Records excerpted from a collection

****

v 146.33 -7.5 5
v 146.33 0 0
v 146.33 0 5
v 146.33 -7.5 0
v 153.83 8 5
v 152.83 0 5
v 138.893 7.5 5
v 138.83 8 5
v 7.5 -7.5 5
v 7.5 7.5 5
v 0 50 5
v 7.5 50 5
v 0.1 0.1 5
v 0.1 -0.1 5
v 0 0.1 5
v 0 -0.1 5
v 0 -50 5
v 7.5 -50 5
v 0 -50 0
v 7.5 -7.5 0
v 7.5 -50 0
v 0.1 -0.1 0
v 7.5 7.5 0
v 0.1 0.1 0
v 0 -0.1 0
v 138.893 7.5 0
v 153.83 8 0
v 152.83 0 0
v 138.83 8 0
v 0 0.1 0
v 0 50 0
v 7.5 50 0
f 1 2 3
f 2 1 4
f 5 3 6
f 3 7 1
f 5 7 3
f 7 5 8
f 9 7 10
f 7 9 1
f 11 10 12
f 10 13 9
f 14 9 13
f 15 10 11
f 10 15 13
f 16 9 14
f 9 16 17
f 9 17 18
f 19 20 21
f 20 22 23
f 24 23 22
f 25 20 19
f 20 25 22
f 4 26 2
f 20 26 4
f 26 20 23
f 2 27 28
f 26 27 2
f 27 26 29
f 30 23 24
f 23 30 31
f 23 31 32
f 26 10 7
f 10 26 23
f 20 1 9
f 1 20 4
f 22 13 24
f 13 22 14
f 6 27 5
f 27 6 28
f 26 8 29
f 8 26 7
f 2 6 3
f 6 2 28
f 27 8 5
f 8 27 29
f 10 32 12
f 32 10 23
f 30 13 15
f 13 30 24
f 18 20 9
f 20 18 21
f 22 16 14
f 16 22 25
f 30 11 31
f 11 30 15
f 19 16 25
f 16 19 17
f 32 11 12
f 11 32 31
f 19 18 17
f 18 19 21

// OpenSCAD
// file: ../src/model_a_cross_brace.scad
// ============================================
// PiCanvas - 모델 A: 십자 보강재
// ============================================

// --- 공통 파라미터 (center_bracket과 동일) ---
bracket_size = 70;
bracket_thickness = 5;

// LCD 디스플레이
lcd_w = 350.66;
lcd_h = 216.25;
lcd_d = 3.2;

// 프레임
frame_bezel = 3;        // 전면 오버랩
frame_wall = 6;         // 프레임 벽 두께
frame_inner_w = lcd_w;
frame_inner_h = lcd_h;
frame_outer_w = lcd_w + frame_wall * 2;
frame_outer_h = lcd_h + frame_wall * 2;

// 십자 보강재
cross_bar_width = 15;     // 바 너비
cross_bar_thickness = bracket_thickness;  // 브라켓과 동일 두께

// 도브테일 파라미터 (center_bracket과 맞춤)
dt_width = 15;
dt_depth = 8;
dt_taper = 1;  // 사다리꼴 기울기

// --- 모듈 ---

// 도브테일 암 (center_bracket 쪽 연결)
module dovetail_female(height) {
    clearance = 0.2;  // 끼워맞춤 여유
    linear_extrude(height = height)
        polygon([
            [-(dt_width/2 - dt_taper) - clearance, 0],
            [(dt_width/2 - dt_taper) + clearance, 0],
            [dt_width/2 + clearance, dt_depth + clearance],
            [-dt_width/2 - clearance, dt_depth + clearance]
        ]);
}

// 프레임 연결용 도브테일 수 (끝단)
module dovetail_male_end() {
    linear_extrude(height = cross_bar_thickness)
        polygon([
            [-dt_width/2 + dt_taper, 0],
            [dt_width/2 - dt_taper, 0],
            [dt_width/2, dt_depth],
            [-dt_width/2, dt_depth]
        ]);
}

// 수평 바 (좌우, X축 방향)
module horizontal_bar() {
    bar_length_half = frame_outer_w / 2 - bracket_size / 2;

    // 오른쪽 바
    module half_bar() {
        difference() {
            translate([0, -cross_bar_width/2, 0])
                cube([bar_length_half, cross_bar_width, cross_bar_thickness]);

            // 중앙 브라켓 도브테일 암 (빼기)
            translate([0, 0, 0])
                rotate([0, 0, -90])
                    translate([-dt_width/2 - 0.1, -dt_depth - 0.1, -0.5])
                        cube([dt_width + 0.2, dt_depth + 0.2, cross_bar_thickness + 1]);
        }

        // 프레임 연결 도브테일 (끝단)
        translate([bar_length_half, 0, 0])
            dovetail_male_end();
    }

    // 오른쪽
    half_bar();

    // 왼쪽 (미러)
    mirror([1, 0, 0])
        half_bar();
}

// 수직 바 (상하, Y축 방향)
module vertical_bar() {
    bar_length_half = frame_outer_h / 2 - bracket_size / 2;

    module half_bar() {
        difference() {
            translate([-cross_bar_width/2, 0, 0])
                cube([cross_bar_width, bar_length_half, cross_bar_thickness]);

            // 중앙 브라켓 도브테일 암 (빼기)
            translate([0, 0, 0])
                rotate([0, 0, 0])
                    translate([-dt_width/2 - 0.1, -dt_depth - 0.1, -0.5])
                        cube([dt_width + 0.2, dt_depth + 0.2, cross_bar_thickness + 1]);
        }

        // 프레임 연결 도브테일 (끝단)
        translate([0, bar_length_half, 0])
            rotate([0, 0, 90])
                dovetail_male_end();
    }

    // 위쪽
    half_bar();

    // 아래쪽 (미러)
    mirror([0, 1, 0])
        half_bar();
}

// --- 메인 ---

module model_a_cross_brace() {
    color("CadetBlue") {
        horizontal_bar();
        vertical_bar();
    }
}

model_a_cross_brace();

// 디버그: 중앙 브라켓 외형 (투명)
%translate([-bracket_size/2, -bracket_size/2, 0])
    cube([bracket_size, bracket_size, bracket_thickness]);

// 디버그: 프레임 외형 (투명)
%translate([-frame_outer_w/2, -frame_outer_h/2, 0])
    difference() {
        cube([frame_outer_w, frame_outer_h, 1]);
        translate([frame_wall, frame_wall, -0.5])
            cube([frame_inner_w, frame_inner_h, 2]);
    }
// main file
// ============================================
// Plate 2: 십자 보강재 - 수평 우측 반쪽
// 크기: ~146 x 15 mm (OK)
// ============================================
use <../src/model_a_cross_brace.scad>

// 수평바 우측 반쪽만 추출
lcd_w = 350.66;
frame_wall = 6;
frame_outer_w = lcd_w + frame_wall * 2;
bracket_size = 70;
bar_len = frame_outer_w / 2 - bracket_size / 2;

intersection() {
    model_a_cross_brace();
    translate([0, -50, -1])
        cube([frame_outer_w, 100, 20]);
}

****

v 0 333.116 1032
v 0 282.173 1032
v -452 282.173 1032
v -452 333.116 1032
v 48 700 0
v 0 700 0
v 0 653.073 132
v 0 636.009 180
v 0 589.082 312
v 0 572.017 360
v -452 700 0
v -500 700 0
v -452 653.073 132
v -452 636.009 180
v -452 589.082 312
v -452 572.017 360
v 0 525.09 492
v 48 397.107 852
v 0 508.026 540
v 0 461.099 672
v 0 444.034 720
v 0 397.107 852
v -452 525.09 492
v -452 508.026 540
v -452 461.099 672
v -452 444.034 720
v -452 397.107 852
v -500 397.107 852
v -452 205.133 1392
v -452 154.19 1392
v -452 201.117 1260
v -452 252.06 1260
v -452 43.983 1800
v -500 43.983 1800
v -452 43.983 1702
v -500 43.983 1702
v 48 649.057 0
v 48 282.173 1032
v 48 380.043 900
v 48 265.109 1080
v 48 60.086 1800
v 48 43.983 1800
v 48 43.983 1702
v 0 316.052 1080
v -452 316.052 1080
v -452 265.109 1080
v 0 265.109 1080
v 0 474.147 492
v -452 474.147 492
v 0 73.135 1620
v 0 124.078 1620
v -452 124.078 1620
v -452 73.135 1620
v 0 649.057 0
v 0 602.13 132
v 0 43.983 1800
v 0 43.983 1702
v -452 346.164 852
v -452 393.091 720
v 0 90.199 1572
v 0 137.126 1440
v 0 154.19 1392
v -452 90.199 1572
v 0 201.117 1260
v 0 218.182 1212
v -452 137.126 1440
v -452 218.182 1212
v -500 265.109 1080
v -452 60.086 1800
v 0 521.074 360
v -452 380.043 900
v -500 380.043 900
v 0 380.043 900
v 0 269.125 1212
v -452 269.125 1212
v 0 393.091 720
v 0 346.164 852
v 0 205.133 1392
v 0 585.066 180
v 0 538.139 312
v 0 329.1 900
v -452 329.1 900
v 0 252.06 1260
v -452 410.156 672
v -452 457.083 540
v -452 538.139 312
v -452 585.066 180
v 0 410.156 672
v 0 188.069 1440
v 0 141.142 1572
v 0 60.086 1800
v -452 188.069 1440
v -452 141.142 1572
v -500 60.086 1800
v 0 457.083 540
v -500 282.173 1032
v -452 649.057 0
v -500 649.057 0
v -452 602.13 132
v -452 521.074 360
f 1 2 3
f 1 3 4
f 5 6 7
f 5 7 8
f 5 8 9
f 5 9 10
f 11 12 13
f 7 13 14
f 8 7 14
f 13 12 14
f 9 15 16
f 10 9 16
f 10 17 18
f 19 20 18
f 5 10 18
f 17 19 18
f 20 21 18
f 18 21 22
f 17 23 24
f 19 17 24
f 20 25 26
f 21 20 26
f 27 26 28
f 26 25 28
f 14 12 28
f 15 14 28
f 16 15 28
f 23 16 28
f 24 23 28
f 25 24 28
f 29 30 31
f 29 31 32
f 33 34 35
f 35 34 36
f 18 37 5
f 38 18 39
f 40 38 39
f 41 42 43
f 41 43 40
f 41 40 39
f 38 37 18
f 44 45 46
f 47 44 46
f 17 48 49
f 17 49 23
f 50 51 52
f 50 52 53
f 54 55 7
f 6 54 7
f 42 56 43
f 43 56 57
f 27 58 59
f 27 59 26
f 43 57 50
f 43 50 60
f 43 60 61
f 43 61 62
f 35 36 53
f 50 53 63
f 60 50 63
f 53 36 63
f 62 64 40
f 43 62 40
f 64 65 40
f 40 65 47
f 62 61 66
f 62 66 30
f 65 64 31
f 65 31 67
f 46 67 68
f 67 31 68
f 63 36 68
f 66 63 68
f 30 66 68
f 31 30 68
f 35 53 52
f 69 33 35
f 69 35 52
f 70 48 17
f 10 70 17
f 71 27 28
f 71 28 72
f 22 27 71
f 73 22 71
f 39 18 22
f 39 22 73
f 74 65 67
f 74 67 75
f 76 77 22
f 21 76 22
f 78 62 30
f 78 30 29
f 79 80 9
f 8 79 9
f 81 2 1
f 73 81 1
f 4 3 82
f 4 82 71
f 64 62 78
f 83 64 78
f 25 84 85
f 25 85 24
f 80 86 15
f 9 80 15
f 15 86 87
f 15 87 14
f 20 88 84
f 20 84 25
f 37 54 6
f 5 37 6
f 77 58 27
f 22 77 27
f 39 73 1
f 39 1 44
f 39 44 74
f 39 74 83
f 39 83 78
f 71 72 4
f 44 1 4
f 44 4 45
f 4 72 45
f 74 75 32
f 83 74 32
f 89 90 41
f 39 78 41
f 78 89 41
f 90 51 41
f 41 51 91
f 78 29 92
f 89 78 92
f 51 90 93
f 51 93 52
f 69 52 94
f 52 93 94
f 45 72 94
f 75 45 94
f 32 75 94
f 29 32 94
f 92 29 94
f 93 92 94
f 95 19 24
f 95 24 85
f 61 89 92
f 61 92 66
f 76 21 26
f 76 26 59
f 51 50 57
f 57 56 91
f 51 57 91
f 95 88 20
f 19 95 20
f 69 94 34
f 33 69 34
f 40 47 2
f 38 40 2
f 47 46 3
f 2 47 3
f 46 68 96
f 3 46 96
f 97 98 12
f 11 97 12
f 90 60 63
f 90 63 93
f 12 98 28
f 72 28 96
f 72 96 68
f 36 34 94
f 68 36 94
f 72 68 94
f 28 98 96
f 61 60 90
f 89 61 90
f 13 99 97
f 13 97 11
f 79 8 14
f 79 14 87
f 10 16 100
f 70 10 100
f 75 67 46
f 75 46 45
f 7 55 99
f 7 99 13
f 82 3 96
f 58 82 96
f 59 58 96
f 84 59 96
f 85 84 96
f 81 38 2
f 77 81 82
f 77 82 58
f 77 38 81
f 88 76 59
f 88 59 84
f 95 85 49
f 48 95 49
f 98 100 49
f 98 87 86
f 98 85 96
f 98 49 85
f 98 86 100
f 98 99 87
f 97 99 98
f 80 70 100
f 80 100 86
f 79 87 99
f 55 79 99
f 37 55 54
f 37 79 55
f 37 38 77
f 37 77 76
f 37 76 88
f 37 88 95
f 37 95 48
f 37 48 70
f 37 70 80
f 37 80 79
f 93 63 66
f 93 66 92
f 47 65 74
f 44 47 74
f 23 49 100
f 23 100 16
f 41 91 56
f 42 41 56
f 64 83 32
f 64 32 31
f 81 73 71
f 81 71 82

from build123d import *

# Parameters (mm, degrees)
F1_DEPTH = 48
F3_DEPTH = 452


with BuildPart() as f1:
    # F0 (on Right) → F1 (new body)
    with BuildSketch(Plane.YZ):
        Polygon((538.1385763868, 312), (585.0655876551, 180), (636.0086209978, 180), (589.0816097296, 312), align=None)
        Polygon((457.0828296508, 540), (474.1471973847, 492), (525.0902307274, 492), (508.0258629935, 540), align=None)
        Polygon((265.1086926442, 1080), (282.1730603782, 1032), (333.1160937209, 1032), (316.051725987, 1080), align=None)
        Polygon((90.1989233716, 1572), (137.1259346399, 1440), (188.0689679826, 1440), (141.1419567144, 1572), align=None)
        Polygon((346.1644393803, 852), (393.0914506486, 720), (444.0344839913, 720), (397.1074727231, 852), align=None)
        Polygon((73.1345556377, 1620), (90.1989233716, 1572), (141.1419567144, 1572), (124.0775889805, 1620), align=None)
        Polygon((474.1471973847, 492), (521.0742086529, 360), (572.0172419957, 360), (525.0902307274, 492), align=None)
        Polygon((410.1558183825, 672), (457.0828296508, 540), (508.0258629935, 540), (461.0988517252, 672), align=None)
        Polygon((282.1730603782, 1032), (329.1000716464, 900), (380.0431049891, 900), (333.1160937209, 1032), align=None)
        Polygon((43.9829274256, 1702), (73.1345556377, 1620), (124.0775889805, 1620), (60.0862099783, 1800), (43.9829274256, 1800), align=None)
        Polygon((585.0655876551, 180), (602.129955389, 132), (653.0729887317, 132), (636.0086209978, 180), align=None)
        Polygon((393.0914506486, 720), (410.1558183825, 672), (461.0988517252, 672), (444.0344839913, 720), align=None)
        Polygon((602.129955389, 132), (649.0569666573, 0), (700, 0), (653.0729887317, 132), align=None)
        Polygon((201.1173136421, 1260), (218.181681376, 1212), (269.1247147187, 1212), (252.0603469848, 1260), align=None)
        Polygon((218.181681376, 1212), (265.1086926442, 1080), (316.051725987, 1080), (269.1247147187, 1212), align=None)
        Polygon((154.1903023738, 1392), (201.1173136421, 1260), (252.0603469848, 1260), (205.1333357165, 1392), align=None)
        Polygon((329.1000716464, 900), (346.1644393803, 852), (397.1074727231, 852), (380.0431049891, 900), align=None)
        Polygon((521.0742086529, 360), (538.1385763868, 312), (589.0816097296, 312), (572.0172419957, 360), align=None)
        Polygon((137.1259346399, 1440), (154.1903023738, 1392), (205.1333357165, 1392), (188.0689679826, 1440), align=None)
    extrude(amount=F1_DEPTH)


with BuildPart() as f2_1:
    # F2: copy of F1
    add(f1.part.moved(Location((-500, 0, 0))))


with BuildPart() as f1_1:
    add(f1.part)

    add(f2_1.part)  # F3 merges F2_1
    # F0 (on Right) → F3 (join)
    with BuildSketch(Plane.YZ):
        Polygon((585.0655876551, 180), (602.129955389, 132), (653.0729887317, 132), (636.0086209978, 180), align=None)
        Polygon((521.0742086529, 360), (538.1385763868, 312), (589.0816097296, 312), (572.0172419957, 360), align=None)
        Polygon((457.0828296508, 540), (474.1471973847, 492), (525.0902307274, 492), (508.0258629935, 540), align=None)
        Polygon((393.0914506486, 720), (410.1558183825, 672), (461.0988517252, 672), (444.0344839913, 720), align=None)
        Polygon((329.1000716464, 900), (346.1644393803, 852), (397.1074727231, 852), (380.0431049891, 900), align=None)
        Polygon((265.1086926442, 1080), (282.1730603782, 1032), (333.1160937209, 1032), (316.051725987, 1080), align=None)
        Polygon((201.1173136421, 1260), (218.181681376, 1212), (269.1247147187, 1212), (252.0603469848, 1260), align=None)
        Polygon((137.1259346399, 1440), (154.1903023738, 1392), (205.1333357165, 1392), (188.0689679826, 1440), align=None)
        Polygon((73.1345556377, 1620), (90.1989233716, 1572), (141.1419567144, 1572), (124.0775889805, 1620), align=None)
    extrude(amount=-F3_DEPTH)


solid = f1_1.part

****

Give back, exactly as written, the stretch from the line with "v -452 444.034 720" through the line with "v 0 457.083 540", and no other lines from the records above.

Written response:
v -452 444.034 720
v -452 397.107 852
v -500 397.107 852
v -452 205.133 1392
v -452 154.19 1392
v -452 201.117 1260
v -452 252.06 1260
v -452 43.983 1800
v -500 43.983 1800
v -452 43.983 1702
v -500 43.983 1702
v 48 649.057 0
v 48 282.173 1032
v 48 380.043 900
v 48 265.109 1080
v 48 60.086 1800
v 48 43.983 1800
v 48 43.983 1702
v 0 316.052 1080
v -452 316.052 1080
v -452 265.109 1080
v 0 265.109 1080
v 0 474.147 492
v -452 474.147 492
v 0 73.135 1620
v 0 124.078 1620
v -452 124.078 1620
v -452 73.135 1620
v 0 649.057 0
v 0 602.13 132
v 0 43.983 1800
v 0 43.983 1702
v -452 346.164 852
v -452 393.091 720
v 0 90.199 1572
v 0 137.126 1440
v 0 154.19 1392
v -452 90.199 1572
v 0 201.117 1260
v 0 218.182 1212
v -452 137.126 1440
v -452 218.182 1212
v -500 265.109 1080
v -452 60.086 1800
v 0 521.074 360
v -452 380.043 900
v -500 380.043 900
v 0 380.043 900
v 0 269.125 1212
v -452 269.125 1212
v 0 393.091 720
v 0 346.164 852
v 0 205.133 1392
v 0 585.066 180
v 0 538.139 312
v 0 329.1 900
v -452 329.1 900
v 0 252.06 1260
v -452 410.156 672
v -452 457.083 540
v -452 538.139 312
v -452 585.066 180
v 0 410.156 672
v 0 188.069 1440
v 0 141.142 1572
v 0 60.086 1800
v -452 188.069 1440
v -452 141.142 1572
v -500 60.086 1800
v 0 457.083 540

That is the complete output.